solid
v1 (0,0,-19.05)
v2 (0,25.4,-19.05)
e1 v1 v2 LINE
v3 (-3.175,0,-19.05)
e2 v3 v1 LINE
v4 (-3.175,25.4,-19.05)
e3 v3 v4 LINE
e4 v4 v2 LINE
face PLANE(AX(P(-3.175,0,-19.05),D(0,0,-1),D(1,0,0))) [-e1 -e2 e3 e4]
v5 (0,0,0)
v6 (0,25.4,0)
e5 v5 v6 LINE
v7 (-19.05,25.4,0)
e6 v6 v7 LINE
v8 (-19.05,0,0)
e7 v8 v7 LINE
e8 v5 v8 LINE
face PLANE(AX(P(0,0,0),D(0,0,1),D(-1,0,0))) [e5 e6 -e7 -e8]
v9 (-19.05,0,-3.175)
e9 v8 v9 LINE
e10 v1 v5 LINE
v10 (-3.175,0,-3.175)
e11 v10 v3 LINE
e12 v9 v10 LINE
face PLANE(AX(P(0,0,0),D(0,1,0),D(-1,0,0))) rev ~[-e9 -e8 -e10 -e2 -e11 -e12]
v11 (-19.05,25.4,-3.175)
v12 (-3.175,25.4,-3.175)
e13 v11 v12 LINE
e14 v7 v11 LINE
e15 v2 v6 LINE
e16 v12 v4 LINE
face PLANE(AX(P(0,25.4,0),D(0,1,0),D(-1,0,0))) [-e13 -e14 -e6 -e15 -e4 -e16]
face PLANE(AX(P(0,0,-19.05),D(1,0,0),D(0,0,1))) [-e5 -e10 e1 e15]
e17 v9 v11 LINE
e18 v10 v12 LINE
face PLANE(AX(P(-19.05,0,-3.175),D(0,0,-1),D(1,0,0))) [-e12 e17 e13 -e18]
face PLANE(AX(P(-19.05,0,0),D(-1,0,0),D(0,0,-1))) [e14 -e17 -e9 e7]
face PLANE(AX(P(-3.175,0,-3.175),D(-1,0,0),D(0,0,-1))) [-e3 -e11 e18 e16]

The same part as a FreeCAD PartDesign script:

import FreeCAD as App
import Part
import Sketcher
from FreeCAD import Vector
Q = App.Units.Quantity


def add_polygon(sketch, points):
    """Adds a closed chain of lines whose ends are joined by coincident constraints."""
    first, n = sketch.GeometryCount, len(points)
    for a, b in zip(points, points[1:] + points[:1]):
        sketch.addGeometry(Part.LineSegment(App.Vector(*a, 0), App.Vector(*b, 0)), False)
    for i in range(n):
        sketch.addConstraint(Sketcher.Constraint("Coincident", first + i, 2, first + (i + 1) % n, 1))

doc = App.newDocument("Part")
params = doc.addObject("Spreadsheet::Sheet", "Params")
for row, (alias, value) in enumerate([
    ("sketch1_width", "0.75 in"),
    ("sketch1_width2", "0.125 in"),
    ("pad1_length", "1 in"),
], start=1):
    params.set(f"A{row}", alias)
    params.set(f"B{row}", "=" + value)
    params.setAlias(f"B{row}", alias)

body = doc.addObject("PartDesign::Body", "Body")

sketch1 = body.newObject("Sketcher::SketchObject", "Sketch")
sketch1.AttachmentSupport = (doc.getObject("XZ_Plane"), [""])
sketch1.MapMode = "FlatFace"
add_polygon(sketch1, [(-19.1, 0), (0, 0), (0, -19.1), (-3.2, -19.1), (-3.2, -3.2), (-19.1, -3.2)])
sketch1.addConstraint(Sketcher.Constraint("Horizontal", 0))
sketch1.addConstraint(Sketcher.Constraint("Vertical", 1))
sketch1.addConstraint(Sketcher.Constraint("Horizontal", 2))
sketch1.addConstraint(Sketcher.Constraint("Vertical", 3))
sketch1.addConstraint(Sketcher.Constraint("Horizontal", 4))
sketch1.addConstraint(Sketcher.Constraint("Vertical", 5))
sketch1.addConstraint(Sketcher.Constraint("Coincident", 0, 2, -1, 1))
sketch1.addConstraint(Sketcher.Constraint("Equal", 0, 1))
sketch1.addConstraint(Sketcher.Constraint("Equal", 4, 3))
sketch1.addConstraint(Sketcher.Constraint("DistanceX", 0, 1, 0, 2, Q("0.75 in")))
sketch1.addConstraint(Sketcher.Constraint("DistanceX", 2, 2, 2, 1, Q("0.125 in")))
sketch1.setExpression("Constraints[15]", "Params.sketch1_width")
sketch1.setExpression("Constraints[16]", "Params.sketch1_width2")
pad1 = body.newObject("PartDesign::Pad", "Pad")
pad1.Profile = sketch1
pad1.setExpression("Length", "Params.pad1_length")
pad1.Reversed = True

doc.recompute()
..............................
* _Goal of the exercise_:
Quote every entry exactly.

* _Task solution_:
solid
v1 (0,0,-19.05)
v2 (0,25.4,-19.05)
e1 v1 v2 LINE
v3 (-3.175,0,-19.05)
e2 v3 v1 LINE
v4 (-3.175,25.4,-19.05)
e3 v3 v4 LINE
e4 v4 v2 LINE
face PLANE(AX(P(-3.175,0,-19.05),D(0,0,-1),D(1,0,0))) [-e1 -e2 e3 e4]
v5 (0,0,0)
v6 (0,25.4,0)
e5 v5 v6 LINE
v7 (-19.05,25.4,0)
e6 v6 v7 LINE
v8 (-19.05,0,0)
e7 v8 v7 LINE
e8 v5 v8 LINE
face PLANE(AX(P(0,0,0),D(0,0,1),D(-1,0,0))) [e5 e6 -e7 -e8]
v9 (-19.05,0,-3.175)
e9 v8 v9 LINE
e10 v1 v5 LINE
v10 (-3.175,0,-3.175)
e11 v10 v3 LINE
e12 v9 v10 LINE
face PLANE(AX(P(0,0,0),D(0,1,0),D(-1,0,0))) rev ~[-e9 -e8 -e10 -e2 -e11 -e12]
v11 (-19.05,25.4,-3.175)
v12 (-3.175,25.4,-3.175)
e13 v11 v12 LINE
e14 v7 v11 LINE
e15 v2 v6 LINE
e16 v12 v4 LINE
face PLANE(AX(P(0,25.4,0),D(0,1,0),D(-1,0,0))) [-e13 -e14 -e6 -e15 -e4 -e16]
face PLANE(AX(P(0,0,-19.05),D(1,0,0),D(0,0,1))) [-e5 -e10 e1 e15]
e17 v9 v11 LINE
e18 v10 v12 LINE
face PLANE(AX(P(-19.05,0,-3.175),D(0,0,-1),D(1,0,0))) [-e12 e17 e13 -e18]
face PLANE(AX(P(-19.05,0,0),D(-1,0,0),D(0,0,-1))) [e14 -e17 -e9 e7]
face PLANE(AX(P(-3.175,0,-3.175),D(-1,0,0),D(0,0,-1))) [-e3 -e11 e18 e16]

The same part as a FreeCAD PartDesign script:

import FreeCAD as App
import Part
import Sketcher
from FreeCAD import Vector
Q = App.Units.Quantity


def add_polygon(sketch, points):
    """Adds a closed chain of lines whose ends are joined by coincident constraints."""
    first, n = sketch.GeometryCount, len(points)
    for a, b in zip(points, points[1:] + points[:1]):
        sketch.addGeometry(Part.LineSegment(App.Vector(*a, 0), App.Vector(*b, 0)), False)
    for i in range(n):
        sketch.addConstraint(Sketcher.Constraint("Coincident", first + i, 2, first + (i + 1) % n, 1))

doc = App.newDocument("Part")
params = doc.addObject("Spreadsheet::Sheet", "Params")
for row, (alias, value) in enumerate([
    ("sketch1_width", "0.75 in"),
    ("sketch1_width2", "0.125 in"),
    ("pad1_length", "1 in"),
], start=1):
    params.set(f"A{row}", alias)
    params.set(f"B{row}", "=" + value)
    params.setAlias(f"B{row}", alias)

body = doc.addObject("PartDesign::Body", "Body")

sketch1 = body.newObject("Sketcher::SketchObject", "Sketch")
sketch1.AttachmentSupport = (doc.getObject("XZ_Plane"), [""])
sketch1.MapMode = "FlatFace"
add_polygon(sketch1, [(-19.1, 0), (0, 0), (0, -19.1), (-3.2, -19.1), (-3.2, -3.2), (-19.1, -3.2)])
sketch1.addConstraint(Sketcher.Constraint("Horizontal", 0))
sketch1.addConstraint(Sketcher.Constraint("Vertical", 1))
sketch1.addConstraint(Sketcher.Constraint("Horizontal", 2))
sketch1.addConstraint(Sketcher.Constraint("Vertical", 3))
sketch1.addConstraint(Sketcher.Constraint("Horizontal", 4))
sketch1.addConstraint(Sketcher.Constraint("Vertical", 5))
sketch1.addConstraint(Sketcher.Constraint("Coincident", 0, 2, -1, 1))
sketch1.addConstraint(Sketcher.Constraint("Equal", 0, 1))
sketch1.addConstraint(Sketcher.Constraint("Equal", 4, 3))
sketch1.addConstraint(Sketcher.Constraint("DistanceX", 0, 1, 0, 2, Q("0.75 in")))
sketch1.addConstraint(Sketcher.Constraint("DistanceX", 2, 2, 2, 1, Q("0.125 in")))
sketch1.setExpression("Constraints[15]", "Params.sketch1_width")
sketch1.setExpression("Constraints[16]", "Params.sketch1_width2")
pad1 = body.newObject("PartDesign::Pad", "Pad")
pad1.Profile = sketch1
pad1.setExpression("Length", "Params.pad1_length")
pad1.Reversed = True

doc.recompute()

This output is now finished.